Ribuan Imigran Asal Timur Tengah di Puncak Belum Divaksin - inilah.com
istimewa

Sedikitnya 1.400 orang para pencari suaka atau imigran asal Timur Tengah yang menetap di kawasan Puncak, Bogor, Jawa Barat hingga saat ini masih belum bisa mendapatkan vaksinasi Covid-19.

Ini disebabkan karena para imigran itu tidak memiliki Nomor Identitas Kependudukan (NIK) sebagai syarat untuk mendapatkan vaksinasi Covid-19. Para imigran itu umumnya berasal dari Afganistan, Irak, Iran, dan Sudan.

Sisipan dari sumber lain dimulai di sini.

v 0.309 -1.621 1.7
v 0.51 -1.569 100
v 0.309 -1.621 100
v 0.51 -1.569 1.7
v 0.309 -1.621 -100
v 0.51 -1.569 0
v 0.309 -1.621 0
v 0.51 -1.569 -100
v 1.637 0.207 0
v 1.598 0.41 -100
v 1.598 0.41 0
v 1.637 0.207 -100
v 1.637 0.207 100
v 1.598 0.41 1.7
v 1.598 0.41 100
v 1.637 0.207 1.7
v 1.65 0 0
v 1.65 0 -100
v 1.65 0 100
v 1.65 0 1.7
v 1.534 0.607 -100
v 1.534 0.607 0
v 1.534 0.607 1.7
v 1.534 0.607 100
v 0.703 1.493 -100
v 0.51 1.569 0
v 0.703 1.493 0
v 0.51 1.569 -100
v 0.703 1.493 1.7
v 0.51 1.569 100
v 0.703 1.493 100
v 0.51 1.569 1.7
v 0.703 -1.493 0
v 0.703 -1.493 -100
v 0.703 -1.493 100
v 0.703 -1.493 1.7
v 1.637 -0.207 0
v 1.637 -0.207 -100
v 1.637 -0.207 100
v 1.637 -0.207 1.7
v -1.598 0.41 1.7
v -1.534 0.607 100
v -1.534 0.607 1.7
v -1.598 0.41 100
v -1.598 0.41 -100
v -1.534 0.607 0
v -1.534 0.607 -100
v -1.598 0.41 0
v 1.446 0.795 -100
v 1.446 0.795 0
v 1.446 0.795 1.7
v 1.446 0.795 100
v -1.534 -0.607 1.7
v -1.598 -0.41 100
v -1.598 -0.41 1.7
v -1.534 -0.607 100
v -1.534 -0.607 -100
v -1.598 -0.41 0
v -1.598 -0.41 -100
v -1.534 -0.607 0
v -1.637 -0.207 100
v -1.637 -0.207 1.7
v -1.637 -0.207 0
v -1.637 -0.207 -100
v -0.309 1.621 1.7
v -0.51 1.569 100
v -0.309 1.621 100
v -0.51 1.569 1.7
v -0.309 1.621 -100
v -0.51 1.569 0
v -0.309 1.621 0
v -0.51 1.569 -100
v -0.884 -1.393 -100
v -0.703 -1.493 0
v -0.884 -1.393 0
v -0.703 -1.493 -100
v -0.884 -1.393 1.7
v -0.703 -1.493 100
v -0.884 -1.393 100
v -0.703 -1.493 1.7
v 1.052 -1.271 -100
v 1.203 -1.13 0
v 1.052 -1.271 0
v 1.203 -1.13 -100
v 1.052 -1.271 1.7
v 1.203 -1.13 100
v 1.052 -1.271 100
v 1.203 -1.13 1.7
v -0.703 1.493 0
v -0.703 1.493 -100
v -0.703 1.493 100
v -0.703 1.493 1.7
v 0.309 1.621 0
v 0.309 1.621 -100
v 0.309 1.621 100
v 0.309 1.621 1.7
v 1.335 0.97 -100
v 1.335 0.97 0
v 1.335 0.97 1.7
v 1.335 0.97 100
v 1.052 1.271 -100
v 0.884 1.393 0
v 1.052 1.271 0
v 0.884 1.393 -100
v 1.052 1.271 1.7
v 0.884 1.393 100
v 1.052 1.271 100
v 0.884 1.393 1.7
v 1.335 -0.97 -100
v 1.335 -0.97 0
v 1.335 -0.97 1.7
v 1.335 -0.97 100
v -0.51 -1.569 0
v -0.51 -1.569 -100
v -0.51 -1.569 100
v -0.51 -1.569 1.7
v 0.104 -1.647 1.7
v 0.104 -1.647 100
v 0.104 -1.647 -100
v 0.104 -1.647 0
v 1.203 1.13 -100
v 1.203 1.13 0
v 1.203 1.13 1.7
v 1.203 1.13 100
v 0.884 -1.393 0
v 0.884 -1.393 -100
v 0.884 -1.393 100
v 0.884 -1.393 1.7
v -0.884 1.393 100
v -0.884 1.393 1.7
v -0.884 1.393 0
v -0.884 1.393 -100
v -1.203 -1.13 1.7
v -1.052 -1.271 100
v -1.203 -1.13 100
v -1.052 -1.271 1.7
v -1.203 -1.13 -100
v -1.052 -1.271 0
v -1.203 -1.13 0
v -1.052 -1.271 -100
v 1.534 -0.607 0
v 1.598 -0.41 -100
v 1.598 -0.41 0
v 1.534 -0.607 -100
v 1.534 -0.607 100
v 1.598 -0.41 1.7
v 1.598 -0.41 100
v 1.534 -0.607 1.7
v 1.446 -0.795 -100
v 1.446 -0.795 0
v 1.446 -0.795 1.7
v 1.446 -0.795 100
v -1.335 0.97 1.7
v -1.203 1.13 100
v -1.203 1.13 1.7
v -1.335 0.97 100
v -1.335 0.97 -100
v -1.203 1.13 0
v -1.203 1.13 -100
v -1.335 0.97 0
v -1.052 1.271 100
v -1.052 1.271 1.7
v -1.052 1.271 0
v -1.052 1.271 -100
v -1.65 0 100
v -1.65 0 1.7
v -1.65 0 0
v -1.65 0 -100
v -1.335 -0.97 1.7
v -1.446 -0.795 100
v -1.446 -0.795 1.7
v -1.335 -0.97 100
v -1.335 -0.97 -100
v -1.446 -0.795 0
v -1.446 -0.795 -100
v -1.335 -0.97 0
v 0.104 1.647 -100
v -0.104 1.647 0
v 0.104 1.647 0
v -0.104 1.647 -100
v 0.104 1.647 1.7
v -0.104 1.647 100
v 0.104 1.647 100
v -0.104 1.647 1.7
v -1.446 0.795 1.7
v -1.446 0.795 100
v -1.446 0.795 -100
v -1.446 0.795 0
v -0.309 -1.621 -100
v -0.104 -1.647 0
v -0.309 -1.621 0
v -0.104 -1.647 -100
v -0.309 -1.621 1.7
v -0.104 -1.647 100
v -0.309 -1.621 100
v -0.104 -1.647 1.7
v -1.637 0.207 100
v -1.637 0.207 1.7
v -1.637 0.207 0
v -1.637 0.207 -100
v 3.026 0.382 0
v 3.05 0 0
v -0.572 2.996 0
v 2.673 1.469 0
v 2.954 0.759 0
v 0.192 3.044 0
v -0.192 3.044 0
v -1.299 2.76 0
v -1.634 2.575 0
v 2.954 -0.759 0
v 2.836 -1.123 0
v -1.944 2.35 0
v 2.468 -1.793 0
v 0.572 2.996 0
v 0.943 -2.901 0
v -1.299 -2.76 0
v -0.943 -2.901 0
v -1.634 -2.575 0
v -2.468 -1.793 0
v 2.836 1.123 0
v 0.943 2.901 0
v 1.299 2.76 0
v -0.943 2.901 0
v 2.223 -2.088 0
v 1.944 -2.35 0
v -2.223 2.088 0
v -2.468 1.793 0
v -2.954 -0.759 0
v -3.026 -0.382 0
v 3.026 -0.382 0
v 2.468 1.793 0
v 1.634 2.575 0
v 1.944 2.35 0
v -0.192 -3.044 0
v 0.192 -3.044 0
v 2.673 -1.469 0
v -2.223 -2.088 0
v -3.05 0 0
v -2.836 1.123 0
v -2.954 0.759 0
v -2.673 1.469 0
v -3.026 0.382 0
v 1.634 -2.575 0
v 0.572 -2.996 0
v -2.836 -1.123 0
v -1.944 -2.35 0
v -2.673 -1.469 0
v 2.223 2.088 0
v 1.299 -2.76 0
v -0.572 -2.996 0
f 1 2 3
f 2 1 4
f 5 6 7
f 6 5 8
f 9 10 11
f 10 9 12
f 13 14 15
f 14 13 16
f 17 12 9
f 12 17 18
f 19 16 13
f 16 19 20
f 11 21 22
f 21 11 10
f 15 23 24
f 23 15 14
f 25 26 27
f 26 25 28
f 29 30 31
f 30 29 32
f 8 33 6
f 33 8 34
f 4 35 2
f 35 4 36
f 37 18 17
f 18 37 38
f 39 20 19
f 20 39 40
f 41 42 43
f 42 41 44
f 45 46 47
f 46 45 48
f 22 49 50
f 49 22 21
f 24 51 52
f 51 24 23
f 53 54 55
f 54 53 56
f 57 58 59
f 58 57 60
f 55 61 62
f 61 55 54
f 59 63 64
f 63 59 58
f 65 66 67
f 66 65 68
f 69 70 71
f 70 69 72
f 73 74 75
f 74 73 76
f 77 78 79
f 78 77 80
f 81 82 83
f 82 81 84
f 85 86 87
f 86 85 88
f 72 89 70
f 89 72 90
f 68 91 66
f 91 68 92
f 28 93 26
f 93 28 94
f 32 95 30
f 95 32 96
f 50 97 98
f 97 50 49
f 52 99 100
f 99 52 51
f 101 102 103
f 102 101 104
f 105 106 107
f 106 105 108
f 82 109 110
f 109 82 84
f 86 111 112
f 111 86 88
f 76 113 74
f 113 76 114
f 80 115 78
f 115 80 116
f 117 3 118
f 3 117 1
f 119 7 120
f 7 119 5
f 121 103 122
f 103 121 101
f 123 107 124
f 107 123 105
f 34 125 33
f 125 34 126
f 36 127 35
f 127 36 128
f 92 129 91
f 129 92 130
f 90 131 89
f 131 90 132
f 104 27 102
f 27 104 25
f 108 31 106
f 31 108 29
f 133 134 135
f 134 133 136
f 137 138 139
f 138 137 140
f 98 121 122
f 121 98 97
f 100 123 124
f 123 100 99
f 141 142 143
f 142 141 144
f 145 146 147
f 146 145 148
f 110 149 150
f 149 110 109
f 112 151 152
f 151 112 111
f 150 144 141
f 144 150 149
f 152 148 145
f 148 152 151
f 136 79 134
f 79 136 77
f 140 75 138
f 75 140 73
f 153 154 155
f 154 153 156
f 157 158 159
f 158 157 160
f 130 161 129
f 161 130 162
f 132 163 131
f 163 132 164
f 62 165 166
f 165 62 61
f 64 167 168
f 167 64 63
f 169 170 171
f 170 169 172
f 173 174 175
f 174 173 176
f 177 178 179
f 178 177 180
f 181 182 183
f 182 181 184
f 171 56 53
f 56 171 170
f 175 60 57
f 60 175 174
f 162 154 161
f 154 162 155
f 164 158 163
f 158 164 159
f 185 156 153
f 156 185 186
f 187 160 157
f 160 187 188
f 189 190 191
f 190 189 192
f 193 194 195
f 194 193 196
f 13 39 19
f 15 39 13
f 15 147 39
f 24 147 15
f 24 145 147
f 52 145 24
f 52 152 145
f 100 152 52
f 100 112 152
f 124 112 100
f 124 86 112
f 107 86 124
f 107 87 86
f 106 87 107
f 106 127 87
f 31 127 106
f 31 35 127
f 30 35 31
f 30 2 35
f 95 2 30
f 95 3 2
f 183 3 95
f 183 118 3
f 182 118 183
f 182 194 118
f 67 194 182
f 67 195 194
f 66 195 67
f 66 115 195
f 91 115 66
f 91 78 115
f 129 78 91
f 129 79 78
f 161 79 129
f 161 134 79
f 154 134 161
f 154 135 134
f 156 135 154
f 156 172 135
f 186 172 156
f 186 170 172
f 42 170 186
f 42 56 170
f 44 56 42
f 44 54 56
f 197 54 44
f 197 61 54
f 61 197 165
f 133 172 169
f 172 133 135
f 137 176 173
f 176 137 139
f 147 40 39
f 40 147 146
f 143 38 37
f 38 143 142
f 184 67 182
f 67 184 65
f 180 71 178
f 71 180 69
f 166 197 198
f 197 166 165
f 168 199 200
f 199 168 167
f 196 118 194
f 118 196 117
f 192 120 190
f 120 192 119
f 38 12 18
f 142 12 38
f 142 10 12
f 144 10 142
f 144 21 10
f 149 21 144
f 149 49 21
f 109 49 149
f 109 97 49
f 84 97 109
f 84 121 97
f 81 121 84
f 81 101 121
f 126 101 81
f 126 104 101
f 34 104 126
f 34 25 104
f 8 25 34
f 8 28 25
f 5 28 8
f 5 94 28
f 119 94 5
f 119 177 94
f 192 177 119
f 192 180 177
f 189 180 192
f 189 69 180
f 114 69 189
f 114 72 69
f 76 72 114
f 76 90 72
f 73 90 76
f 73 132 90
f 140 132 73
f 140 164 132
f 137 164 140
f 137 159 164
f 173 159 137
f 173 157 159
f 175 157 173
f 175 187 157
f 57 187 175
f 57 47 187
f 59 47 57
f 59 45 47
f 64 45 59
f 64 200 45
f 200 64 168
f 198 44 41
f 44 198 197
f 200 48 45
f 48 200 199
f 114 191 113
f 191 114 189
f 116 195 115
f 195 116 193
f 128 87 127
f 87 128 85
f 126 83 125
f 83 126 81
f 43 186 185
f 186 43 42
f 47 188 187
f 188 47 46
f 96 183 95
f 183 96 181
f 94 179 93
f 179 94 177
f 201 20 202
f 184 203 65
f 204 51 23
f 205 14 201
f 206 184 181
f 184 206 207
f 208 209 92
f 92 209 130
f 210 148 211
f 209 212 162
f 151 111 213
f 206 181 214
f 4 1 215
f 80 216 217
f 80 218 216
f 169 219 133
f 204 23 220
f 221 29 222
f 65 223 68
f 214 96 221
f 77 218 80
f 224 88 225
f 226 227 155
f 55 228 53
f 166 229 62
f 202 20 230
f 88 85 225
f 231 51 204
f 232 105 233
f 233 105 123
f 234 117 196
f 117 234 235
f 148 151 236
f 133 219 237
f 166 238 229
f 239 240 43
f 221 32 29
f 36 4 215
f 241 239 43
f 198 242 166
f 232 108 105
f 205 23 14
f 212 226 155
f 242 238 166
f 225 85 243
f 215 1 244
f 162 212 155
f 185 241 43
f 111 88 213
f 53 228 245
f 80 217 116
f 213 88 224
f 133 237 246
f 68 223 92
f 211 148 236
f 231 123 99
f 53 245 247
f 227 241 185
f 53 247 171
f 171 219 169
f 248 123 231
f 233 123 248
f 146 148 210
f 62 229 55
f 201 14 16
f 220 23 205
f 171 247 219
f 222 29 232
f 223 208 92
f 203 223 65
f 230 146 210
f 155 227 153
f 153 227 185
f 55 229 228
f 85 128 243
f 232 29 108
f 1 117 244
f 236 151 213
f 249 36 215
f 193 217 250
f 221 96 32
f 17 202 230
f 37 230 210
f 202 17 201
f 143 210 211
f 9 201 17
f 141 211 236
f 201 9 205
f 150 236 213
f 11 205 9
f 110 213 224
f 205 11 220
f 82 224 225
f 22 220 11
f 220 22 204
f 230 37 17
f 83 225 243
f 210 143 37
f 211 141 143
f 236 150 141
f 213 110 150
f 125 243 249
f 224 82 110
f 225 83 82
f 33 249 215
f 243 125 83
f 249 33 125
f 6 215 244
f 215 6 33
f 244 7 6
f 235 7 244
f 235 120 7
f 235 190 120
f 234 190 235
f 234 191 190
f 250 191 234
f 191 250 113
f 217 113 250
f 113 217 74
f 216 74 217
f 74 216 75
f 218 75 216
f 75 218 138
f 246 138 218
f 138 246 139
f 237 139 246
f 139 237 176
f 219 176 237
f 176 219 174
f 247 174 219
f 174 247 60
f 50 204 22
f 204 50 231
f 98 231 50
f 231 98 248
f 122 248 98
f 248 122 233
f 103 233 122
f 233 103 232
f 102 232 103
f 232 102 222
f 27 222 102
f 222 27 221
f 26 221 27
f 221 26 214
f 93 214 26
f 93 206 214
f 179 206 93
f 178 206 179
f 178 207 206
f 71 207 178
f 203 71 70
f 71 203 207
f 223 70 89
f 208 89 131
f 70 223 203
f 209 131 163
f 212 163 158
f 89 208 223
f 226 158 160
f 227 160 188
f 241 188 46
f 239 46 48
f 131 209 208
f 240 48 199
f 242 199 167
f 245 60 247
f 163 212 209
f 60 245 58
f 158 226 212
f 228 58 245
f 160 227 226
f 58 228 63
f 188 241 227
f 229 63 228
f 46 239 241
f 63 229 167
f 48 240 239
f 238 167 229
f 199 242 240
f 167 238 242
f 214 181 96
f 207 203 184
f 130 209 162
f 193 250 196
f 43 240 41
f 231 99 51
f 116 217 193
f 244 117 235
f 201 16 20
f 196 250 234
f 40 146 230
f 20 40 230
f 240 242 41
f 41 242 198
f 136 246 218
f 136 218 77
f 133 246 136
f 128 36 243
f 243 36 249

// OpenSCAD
$fn = 50;difference() {
	union() {
		union() {
			translate(v = [0, 0, -100]) {
				cylinder(h = 200, r = 1.65);
			}
			cylinder(h = 1.7, r1 = 3.05, r2 = 1.65);
		}
	}
	union();
}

Wakil Ketua Satgas Covid-19 Kecamatan Cisarua, Supriyanto membenarkan adanya ribuan imigran yang belum mendapatkan vaksinasi Covid-19. Karena itu dirinya berharap para imigran itu segera mendapatkan vaksin.

“Masih terkendala sistem kependudukan,” ujarnya.

Sejatinya kewenangan untuk vaksinasi para imigran dilaksanakan oleh komisariat tinggi urusan pengungsi PBB atau International Organization for Migran. Karena organisasi tersebut memiilki kewenangan untuk bantuan para pengungsi.

Baca juga  DKI Yakin Paling Pertama Selesaikan Vaksinasi

Sementara itu Kepala Puskesmas Cibulan, dr Nurul Amalia menjelaskan pihaknya mendapatkan data dari koordinator imigran untuk pengajuan vaksinasi sebanyak 1.400 orang, namun tetap tidak bisa divaksin.

“Karena untuk entry data setelah vaksinasi harus diinput NIK-nya,” kata Nurul.

Dirinya berharap para imigran itu bisa mendapatkan vaksinasi untuk meminimalisir risiko terjangkitnya Covid-19. Jika para imigran sudah mendapatkan vaksin tentunya akan memberikan kenyamanan juga bagi para warga setempat dari risiko penyebaran Covid-19.